Problem to work on:
Transcribe exactly the lines that fall between the one holding "#95=AXIS2_PLACEMENT_3D('',#13,#40,#56);" and the one holding "#110=ORIENTED_EDGE('',*,*,#99,.F.);", inclusive, from the entries below.

Saved entries:
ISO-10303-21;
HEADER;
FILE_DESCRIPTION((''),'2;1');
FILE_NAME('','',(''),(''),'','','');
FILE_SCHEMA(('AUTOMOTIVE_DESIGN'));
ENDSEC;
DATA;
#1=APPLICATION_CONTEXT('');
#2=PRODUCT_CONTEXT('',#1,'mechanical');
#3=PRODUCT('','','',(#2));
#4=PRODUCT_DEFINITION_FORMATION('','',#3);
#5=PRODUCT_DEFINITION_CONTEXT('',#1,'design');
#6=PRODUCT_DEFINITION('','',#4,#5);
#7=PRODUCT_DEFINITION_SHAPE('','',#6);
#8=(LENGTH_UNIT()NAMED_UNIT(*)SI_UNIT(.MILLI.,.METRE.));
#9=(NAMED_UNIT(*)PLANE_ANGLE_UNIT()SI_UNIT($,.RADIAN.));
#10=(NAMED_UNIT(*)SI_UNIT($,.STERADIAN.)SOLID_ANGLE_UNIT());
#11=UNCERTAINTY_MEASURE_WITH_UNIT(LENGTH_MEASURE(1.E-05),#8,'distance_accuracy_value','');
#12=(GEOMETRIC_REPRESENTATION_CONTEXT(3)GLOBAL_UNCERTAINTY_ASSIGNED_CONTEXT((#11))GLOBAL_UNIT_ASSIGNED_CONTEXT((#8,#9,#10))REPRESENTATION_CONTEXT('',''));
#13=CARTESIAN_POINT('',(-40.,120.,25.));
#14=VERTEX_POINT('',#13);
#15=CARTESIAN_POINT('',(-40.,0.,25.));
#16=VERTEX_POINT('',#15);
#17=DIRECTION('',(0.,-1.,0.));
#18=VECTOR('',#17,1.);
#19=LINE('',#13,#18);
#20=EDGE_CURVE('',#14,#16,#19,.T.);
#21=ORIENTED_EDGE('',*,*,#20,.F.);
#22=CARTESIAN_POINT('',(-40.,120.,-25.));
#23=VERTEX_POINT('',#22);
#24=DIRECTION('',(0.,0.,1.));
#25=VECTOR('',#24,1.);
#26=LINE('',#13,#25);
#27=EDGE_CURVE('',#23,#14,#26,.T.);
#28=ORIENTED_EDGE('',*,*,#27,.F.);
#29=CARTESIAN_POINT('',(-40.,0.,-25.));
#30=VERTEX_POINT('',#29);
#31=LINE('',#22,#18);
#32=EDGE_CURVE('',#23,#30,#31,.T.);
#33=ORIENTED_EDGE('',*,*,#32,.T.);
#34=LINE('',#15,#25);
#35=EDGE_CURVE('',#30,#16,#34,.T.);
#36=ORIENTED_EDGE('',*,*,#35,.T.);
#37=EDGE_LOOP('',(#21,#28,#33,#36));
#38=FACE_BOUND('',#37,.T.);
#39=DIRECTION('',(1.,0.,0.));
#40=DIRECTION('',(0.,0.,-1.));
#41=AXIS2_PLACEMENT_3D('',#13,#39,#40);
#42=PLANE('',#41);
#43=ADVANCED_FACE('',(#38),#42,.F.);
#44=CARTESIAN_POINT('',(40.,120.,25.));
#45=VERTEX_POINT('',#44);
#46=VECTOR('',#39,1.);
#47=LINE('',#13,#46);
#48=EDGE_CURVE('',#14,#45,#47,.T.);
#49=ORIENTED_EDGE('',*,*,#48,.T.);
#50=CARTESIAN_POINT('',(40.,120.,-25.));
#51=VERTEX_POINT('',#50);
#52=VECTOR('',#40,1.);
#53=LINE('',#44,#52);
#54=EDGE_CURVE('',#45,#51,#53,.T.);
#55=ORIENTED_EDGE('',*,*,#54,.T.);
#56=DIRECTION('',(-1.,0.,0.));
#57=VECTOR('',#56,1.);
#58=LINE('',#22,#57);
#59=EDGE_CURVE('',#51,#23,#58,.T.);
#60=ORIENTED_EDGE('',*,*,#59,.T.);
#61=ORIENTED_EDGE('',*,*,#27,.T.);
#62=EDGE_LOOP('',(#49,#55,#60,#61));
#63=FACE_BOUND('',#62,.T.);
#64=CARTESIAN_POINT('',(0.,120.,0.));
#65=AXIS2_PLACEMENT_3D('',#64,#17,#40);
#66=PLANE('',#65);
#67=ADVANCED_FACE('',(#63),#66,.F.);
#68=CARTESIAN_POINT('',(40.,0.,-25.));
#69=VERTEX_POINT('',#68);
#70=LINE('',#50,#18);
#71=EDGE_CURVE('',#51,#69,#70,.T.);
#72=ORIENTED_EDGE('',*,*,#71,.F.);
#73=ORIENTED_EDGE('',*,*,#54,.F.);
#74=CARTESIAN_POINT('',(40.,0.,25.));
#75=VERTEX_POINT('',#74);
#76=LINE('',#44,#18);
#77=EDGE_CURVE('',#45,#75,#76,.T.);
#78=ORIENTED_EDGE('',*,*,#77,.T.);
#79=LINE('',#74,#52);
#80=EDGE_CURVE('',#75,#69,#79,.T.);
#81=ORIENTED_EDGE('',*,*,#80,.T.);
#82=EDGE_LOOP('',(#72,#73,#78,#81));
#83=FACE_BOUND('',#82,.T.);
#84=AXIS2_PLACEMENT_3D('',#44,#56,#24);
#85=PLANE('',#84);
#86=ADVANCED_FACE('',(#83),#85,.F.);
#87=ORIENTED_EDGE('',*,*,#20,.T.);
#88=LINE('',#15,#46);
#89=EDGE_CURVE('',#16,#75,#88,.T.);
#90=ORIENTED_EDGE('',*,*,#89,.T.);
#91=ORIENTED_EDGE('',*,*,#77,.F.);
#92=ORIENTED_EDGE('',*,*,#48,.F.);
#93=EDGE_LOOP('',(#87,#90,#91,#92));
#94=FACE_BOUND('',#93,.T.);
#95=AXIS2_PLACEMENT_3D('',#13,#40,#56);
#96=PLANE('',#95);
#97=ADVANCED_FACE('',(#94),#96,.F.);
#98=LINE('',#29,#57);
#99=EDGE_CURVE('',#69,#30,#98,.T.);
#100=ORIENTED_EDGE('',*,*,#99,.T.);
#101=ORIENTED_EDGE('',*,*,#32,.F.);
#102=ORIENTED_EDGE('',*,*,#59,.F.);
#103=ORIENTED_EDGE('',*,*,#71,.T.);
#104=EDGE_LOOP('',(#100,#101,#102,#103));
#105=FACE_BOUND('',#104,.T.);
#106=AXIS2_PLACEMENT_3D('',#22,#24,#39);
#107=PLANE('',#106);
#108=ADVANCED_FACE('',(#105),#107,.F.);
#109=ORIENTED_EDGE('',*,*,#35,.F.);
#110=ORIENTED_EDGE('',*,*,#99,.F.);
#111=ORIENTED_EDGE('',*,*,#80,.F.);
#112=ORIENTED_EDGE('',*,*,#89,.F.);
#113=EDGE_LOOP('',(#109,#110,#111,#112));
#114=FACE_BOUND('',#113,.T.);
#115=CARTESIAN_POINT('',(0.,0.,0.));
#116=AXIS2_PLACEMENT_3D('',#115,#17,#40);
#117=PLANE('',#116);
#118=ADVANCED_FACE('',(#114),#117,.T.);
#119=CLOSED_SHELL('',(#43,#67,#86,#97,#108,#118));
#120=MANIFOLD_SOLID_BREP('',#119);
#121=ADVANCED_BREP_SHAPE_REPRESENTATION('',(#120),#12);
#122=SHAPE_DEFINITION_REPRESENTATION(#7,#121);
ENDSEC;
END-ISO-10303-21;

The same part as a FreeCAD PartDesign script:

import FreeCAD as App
import Part
import Sketcher
from FreeCAD import Vector


def add_polygon(sketch, points):
    """Adds a closed chain of lines whose ends are joined by coincident constraints."""
    first, n = sketch.GeometryCount, len(points)
    for a, b in zip(points, points[1:] + points[:1]):
        sketch.addGeometry(Part.LineSegment(App.Vector(*a, 0), App.Vector(*b, 0)), False)
    for i in range(n):
        sketch.addConstraint(Sketcher.Constraint("Coincident", first + i, 2, first + (i + 1) % n, 1))

doc = App.newDocument("Part")
params = doc.addObject("Spreadsheet::Sheet", "Params")
for row, (alias, value) in enumerate([
    ("sketch1_width", "80 mm"),
    ("sketch1_height", "50 mm"),
    ("pad1_length", "120 mm"),
], start=1):
    params.set(f"A{row}", alias)
    params.set(f"B{row}", "=" + value)
    params.setAlias(f"B{row}", alias)

body = doc.addObject("PartDesign::Body", "Body")

sketch1 = body.newObject("Sketcher::SketchObject", "Sketch")
sketch1.AttachmentSupport = (doc.getObject("XZ_Plane"), [""])
sketch1.MapMode = "FlatFace"
add_polygon(sketch1, [(-40, -25), (-40, 25), (40, 25), (40, -25)])
sketch1.addConstraint(Sketcher.Constraint("Vertical", 0))
sketch1.addConstraint(Sketcher.Constraint("Horizontal", 1))
sketch1.addConstraint(Sketcher.Constraint("Vertical", 2))
sketch1.addConstraint(Sketcher.Constraint("Horizontal", 3))
sketch1.addConstraint(Sketcher.Constraint("Symmetric", 0, 2, 2, 2, -1, 1))
sketch1.addConstraint(Sketcher.Constraint("DistanceX", 1, 1, 1, 2, 80.0))
sketch1.addConstraint(Sketcher.Constraint("DistanceY", 0, 1, 0, 2, 50.0))
sketch1.setExpression("Constraints[9]", "Params.sketch1_width")
sketch1.setExpression("Constraints[10]", "Params.sketch1_height")
pad1 = body.newObject("PartDesign::Pad", "Pad")
pad1.Profile = sketch1
pad1.setExpression("Length", "Params.pad1_length")
pad1.Reversed = True

doc.recompute()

Task output:
#95=AXIS2_PLACEMENT_3D('',#13,#40,#56);
#96=PLANE('',#95);
#97=ADVANCED_FACE('',(#94),#96,.F.);
#98=LINE('',#29,#57);
#99=EDGE_CURVE('',#69,#30,#98,.T.);
#100=ORIENTED_EDGE('',*,*,#99,.T.);
#101=ORIENTED_EDGE('',*,*,#32,.F.);
#102=ORIENTED_EDGE('',*,*,#59,.F.);
#103=ORIENTED_EDGE('',*,*,#71,.T.);
#104=EDGE_LOOP('',(#100,#101,#102,#103));
#105=FACE_BOUND('',#104,.T.);
#106=AXIS2_PLACEMENT_3D('',#22,#24,#39);
#107=PLANE('',#106);
#108=ADVANCED_FACE('',(#105),#107,.F.);
#109=ORIENTED_EDGE('',*,*,#35,.F.);
#110=ORIENTED_EDGE('',*,*,#99,.F.);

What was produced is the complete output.